Task to carry out =>
Copy nothing from the entries below except the lines from the one containing "v 3.537 0 14.062" through the one containing "v -10.41 0 -10.094", and copy those exactly.
--------------------------------------------------
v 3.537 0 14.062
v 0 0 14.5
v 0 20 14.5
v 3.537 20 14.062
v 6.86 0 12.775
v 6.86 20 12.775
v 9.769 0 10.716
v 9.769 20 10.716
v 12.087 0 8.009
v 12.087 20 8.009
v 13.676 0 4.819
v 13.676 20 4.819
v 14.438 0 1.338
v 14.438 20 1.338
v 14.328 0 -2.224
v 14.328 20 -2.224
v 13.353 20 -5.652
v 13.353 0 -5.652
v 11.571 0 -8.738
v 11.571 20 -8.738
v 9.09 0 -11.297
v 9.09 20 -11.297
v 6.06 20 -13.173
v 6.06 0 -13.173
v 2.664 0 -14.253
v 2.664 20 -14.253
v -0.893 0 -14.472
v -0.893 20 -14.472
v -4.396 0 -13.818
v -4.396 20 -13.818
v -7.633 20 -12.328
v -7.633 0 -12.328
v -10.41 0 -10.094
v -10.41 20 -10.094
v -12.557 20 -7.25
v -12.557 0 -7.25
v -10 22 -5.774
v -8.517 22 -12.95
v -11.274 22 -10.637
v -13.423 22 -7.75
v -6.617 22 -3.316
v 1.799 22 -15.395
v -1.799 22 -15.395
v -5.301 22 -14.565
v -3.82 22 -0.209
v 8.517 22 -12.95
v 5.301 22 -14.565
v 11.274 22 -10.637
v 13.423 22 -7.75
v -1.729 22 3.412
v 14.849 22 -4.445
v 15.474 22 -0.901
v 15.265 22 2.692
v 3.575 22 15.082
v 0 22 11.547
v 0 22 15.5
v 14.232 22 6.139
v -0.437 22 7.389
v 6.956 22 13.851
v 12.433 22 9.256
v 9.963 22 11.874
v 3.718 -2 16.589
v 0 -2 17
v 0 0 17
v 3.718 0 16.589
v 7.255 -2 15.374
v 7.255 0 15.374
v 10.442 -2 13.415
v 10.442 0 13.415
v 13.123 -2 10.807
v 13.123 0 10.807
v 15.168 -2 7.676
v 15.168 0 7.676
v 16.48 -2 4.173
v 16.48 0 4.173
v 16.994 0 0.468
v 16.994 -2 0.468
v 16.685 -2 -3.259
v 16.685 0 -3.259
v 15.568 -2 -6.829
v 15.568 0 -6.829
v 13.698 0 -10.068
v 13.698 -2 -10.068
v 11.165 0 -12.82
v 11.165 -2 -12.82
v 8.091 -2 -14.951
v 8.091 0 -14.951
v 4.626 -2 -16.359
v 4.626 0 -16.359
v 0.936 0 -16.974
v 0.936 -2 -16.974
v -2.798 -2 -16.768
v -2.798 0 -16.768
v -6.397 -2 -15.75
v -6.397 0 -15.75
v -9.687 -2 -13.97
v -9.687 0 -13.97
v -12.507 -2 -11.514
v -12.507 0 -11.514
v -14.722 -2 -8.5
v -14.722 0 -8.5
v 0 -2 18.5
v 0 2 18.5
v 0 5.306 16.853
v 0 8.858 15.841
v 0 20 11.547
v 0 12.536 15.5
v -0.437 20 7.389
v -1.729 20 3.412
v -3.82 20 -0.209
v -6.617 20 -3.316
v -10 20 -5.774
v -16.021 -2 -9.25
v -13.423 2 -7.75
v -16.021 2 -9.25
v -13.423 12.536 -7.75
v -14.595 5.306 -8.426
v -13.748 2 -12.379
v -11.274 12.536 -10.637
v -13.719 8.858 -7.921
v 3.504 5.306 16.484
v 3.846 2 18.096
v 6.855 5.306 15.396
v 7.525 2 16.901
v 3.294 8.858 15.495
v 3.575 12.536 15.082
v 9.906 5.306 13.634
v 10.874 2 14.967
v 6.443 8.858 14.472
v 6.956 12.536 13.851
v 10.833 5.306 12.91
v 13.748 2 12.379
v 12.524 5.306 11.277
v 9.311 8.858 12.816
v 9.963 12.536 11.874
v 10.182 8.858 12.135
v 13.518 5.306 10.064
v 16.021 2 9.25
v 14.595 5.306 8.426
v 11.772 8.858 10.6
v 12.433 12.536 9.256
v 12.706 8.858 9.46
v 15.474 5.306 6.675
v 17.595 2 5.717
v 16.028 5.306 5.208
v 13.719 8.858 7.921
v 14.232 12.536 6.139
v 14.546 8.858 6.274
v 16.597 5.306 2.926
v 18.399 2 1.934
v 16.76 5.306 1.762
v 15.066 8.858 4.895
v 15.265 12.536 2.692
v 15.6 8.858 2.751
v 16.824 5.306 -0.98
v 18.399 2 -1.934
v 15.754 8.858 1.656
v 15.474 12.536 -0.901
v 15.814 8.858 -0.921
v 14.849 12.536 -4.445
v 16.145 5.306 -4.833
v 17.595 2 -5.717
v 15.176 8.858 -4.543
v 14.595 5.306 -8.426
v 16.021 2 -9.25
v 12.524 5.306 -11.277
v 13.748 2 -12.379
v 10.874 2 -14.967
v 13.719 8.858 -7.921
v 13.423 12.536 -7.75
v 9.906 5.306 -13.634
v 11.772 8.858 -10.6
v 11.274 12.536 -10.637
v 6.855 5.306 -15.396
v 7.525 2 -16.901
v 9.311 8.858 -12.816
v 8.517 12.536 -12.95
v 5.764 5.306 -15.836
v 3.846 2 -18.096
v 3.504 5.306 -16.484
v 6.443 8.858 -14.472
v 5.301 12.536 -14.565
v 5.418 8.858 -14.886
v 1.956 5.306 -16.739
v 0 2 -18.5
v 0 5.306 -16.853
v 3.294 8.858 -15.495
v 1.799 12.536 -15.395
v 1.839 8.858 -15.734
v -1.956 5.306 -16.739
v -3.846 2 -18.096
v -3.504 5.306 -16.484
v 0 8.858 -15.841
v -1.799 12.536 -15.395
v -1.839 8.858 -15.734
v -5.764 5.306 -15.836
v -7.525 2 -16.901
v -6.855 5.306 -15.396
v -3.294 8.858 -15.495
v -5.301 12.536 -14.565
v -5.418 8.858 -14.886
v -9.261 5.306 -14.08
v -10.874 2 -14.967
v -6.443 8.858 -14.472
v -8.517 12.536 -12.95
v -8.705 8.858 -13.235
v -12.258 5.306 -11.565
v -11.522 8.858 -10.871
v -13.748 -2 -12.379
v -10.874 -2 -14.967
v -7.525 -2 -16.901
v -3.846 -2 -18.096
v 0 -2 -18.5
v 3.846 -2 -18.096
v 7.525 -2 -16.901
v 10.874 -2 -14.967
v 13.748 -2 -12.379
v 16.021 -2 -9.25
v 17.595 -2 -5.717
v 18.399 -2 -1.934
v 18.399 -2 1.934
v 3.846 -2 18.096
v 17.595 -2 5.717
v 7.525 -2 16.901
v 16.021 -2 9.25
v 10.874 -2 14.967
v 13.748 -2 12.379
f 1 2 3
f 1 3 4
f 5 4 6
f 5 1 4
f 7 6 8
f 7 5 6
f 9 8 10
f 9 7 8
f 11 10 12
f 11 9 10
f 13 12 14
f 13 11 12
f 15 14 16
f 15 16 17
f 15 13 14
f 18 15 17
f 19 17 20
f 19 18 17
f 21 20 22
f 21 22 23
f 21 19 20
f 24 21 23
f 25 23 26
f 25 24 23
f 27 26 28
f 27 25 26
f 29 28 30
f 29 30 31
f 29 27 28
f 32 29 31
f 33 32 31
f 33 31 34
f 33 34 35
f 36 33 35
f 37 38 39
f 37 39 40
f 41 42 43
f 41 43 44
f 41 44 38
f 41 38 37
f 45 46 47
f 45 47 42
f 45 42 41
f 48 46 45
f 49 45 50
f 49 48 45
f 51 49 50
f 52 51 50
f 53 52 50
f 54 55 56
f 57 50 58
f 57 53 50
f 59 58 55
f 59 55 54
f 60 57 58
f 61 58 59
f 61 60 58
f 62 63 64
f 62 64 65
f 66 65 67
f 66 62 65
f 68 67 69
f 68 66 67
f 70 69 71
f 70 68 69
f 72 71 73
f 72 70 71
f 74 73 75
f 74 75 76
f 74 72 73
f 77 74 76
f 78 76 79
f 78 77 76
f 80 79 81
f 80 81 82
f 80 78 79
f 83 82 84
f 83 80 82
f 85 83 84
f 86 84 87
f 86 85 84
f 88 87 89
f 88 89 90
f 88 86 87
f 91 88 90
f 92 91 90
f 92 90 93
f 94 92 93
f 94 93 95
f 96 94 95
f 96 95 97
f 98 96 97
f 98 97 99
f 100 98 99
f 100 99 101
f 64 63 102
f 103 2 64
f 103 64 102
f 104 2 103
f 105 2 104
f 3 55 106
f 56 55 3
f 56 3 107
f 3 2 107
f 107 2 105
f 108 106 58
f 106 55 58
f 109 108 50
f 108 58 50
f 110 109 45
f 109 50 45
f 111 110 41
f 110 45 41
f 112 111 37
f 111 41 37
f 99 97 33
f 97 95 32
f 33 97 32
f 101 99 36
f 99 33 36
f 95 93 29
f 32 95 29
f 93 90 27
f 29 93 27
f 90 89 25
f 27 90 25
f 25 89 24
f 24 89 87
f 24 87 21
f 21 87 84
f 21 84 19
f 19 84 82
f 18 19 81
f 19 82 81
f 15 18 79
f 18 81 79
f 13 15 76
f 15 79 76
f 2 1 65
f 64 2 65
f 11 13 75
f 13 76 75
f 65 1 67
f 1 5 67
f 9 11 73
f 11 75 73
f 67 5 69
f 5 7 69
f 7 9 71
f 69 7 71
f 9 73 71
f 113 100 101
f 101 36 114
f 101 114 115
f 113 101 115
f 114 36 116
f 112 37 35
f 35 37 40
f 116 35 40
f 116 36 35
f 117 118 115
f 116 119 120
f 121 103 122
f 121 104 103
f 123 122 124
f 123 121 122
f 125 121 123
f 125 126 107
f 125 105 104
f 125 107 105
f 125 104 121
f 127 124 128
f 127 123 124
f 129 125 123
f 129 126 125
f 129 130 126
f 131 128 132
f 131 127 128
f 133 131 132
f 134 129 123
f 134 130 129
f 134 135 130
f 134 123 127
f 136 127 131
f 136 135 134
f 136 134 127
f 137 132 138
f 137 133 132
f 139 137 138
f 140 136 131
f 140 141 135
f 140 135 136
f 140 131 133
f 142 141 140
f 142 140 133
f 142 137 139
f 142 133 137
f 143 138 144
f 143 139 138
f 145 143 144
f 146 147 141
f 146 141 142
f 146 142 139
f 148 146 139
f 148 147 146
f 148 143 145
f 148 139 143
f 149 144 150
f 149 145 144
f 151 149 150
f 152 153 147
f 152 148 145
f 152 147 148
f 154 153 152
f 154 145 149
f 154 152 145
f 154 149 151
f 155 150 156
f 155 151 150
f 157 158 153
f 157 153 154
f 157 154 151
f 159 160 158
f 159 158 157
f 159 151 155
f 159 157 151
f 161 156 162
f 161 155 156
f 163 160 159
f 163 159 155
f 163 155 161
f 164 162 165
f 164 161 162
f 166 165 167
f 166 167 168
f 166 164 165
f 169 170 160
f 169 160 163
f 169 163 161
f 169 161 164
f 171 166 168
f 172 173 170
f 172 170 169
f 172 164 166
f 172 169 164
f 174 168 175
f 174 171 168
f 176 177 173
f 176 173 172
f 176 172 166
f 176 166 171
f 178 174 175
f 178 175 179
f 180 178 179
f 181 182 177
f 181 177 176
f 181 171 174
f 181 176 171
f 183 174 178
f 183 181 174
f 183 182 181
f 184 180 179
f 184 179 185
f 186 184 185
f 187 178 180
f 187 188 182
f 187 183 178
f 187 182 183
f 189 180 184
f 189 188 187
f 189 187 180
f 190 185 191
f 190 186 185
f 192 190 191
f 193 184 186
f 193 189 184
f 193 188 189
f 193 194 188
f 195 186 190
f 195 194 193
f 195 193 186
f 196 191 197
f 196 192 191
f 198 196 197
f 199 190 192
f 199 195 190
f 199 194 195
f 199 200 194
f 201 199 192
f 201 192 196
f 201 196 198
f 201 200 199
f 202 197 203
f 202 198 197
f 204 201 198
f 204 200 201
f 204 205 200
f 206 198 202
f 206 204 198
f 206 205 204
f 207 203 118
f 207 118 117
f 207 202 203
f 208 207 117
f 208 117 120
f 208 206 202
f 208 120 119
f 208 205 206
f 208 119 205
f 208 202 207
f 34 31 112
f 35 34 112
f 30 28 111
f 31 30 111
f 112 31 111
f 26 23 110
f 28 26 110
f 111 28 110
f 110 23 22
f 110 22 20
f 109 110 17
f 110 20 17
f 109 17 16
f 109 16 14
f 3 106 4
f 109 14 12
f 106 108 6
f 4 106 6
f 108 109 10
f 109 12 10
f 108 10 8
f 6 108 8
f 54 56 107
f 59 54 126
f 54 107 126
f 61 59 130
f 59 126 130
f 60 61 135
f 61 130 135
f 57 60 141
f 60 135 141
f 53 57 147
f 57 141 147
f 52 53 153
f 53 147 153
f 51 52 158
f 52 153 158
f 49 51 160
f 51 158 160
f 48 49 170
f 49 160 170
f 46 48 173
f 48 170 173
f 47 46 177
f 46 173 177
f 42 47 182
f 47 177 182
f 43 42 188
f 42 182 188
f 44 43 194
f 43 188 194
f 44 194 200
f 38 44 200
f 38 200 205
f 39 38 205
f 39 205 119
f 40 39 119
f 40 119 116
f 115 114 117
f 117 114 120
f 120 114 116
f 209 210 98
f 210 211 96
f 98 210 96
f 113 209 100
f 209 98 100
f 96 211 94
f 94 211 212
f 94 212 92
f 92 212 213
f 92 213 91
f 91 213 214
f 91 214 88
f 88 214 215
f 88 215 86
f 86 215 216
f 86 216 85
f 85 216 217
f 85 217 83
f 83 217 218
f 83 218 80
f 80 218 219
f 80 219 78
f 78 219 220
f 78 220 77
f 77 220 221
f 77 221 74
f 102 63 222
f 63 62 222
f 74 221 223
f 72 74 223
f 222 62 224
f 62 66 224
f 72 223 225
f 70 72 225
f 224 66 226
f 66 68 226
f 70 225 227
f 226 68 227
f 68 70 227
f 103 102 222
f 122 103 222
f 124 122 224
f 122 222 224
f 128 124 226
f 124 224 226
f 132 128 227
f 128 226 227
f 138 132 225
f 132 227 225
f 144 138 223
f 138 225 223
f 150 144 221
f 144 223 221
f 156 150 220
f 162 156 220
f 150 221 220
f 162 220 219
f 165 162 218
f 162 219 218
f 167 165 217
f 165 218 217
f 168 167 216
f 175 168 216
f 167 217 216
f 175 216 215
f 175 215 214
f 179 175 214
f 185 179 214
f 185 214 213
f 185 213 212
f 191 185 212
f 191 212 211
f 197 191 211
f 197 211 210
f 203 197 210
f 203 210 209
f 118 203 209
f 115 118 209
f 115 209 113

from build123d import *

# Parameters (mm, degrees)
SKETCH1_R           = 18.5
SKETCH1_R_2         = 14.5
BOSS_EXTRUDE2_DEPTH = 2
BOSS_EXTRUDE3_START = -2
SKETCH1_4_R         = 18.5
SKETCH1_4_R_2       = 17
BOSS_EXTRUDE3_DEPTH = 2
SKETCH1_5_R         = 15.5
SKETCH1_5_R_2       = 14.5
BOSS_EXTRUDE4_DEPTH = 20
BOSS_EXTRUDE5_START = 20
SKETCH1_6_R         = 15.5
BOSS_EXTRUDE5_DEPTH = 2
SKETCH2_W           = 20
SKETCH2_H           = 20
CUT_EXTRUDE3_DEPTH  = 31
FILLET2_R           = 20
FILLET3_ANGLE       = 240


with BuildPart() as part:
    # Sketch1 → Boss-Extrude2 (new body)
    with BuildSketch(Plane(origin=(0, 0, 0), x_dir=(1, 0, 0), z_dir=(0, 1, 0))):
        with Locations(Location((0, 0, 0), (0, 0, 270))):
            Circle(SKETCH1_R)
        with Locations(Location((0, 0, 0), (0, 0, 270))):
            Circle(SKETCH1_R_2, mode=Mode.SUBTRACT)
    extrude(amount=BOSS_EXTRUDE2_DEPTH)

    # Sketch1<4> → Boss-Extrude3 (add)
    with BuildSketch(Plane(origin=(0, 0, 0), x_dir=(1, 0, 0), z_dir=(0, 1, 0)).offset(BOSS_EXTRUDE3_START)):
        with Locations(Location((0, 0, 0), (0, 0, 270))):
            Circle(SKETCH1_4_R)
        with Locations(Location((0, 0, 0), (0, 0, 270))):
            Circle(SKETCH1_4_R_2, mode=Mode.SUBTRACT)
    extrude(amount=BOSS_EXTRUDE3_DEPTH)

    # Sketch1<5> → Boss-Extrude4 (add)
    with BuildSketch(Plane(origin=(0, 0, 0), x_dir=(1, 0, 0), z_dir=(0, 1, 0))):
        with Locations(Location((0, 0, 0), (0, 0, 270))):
--------------------------------------------------
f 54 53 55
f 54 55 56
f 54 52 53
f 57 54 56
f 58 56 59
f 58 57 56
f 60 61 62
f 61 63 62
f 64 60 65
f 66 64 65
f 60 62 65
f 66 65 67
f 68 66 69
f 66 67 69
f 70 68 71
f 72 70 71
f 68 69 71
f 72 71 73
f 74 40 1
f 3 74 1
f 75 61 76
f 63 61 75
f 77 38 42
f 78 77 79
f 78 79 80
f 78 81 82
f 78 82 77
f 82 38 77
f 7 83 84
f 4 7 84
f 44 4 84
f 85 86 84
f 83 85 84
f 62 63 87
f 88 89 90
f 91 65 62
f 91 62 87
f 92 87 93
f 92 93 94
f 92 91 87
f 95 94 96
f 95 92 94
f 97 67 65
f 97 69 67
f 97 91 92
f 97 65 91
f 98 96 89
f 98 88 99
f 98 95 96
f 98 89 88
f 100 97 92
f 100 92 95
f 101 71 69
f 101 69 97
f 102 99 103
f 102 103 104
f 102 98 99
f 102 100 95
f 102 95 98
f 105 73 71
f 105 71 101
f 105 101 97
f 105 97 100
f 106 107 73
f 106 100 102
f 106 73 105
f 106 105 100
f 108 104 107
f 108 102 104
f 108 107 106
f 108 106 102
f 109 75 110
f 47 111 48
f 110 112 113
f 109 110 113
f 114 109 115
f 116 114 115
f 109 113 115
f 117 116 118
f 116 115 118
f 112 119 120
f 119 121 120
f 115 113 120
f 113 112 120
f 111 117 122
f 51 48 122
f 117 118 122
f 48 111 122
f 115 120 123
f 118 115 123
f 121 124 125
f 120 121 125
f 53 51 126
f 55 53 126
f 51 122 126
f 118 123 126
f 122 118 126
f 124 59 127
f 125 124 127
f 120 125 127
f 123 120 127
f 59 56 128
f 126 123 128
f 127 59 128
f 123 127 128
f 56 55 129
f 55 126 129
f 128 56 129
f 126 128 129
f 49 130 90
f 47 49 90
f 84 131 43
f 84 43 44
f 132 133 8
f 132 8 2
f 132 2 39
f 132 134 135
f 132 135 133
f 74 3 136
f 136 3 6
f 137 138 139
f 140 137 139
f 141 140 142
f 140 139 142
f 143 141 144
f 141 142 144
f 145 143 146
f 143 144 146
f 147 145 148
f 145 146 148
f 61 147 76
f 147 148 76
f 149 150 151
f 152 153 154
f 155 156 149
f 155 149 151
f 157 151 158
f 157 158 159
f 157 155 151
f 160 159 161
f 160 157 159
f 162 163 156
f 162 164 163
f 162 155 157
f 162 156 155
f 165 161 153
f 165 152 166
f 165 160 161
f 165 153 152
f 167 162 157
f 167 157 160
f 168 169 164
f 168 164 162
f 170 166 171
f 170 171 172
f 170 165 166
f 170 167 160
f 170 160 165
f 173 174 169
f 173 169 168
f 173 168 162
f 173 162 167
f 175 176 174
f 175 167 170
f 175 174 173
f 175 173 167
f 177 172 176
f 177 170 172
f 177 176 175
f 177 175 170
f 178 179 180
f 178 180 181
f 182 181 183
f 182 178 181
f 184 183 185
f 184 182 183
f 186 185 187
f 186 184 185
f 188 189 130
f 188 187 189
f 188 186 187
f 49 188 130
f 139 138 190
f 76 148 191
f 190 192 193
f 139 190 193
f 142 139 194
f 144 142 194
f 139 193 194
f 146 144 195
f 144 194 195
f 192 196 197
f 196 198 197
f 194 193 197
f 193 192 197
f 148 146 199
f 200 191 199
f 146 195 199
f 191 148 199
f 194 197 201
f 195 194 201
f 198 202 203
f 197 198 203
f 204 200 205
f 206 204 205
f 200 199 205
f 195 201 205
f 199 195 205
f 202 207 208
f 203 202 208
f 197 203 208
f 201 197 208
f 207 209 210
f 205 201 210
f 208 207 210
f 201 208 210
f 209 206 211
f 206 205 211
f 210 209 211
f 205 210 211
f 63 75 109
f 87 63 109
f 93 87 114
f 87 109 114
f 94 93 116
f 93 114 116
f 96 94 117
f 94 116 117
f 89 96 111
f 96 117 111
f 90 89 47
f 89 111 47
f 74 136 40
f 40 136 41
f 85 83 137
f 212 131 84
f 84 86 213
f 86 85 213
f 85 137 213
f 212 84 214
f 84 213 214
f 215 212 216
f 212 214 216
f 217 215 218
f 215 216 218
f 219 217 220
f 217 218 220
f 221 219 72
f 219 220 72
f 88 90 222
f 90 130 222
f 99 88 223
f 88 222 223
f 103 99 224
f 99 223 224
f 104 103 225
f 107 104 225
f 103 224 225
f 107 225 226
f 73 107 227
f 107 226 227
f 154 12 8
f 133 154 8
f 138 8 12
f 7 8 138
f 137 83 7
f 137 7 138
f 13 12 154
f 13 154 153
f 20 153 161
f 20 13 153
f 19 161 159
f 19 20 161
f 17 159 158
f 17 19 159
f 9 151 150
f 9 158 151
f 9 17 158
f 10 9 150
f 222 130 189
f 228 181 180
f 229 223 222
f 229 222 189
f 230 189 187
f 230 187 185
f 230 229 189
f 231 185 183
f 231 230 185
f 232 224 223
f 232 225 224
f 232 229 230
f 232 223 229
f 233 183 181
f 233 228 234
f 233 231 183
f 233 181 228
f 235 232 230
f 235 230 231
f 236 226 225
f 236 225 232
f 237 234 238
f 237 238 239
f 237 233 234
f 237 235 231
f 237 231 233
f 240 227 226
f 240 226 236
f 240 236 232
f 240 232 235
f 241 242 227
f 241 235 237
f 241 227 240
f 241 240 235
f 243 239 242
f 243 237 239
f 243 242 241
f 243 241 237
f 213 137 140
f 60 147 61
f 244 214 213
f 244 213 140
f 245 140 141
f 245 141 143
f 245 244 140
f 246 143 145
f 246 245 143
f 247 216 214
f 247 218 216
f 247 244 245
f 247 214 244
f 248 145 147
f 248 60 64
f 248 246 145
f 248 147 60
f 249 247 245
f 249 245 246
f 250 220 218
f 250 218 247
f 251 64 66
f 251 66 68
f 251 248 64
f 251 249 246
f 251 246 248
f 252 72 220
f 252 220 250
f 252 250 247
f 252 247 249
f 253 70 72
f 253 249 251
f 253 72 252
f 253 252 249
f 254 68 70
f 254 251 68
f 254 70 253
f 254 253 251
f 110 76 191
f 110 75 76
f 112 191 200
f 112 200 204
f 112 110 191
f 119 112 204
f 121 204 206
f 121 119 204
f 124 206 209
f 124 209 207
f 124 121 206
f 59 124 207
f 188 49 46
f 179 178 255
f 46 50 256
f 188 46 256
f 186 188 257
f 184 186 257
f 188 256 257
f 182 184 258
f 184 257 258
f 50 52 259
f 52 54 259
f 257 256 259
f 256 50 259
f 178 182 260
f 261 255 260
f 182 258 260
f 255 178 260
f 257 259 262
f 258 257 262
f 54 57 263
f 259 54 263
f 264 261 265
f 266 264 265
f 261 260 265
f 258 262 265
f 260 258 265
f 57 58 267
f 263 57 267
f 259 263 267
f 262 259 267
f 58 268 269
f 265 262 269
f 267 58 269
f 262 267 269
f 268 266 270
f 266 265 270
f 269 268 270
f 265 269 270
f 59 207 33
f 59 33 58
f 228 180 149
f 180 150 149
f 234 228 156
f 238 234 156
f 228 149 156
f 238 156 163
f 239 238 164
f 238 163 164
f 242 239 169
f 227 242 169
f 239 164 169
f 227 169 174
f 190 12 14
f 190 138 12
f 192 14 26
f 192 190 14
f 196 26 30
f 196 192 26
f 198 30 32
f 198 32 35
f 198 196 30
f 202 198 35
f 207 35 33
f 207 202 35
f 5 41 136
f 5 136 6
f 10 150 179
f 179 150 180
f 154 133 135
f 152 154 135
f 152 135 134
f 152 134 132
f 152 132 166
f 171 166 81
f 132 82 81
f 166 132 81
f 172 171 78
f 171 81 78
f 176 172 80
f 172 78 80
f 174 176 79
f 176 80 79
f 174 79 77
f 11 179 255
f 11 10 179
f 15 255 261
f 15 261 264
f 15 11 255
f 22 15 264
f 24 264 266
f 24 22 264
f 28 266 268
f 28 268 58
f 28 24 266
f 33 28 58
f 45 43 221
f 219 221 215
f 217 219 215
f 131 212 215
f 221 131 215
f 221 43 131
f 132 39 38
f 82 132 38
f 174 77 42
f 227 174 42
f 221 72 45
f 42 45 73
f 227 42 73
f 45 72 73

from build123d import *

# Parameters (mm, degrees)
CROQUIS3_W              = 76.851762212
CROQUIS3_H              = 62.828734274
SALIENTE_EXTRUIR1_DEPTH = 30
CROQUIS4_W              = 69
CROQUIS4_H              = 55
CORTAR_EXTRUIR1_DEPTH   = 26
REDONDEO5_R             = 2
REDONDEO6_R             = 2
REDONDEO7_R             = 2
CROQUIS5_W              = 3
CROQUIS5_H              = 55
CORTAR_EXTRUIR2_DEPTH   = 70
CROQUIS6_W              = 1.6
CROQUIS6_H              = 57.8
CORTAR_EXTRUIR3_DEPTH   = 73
--------------------------------------------------
Written answer =>
v 3.537 0 14.062
v 0 0 14.5
v 0 20 14.5
v 3.537 20 14.062
v 6.86 0 12.775
v 6.86 20 12.775
v 9.769 0 10.716
v 9.769 20 10.716
v 12.087 0 8.009
v 12.087 20 8.009
v 13.676 0 4.819
v 13.676 20 4.819
v 14.438 0 1.338
v 14.438 20 1.338
v 14.328 0 -2.224
v 14.328 20 -2.224
v 13.353 20 -5.652
v 13.353 0 -5.652
v 11.571 0 -8.738
v 11.571 20 -8.738
v 9.09 0 -11.297
v 9.09 20 -11.297
v 6.06 20 -13.173
v 6.06 0 -13.173
v 2.664 0 -14.253
v 2.664 20 -14.253
v -0.893 0 -14.472
v -0.893 20 -14.472
v -4.396 0 -13.818
v -4.396 20 -13.818
v -7.633 20 -12.328
v -7.633 0 -12.328
v -10.41 0 -10.094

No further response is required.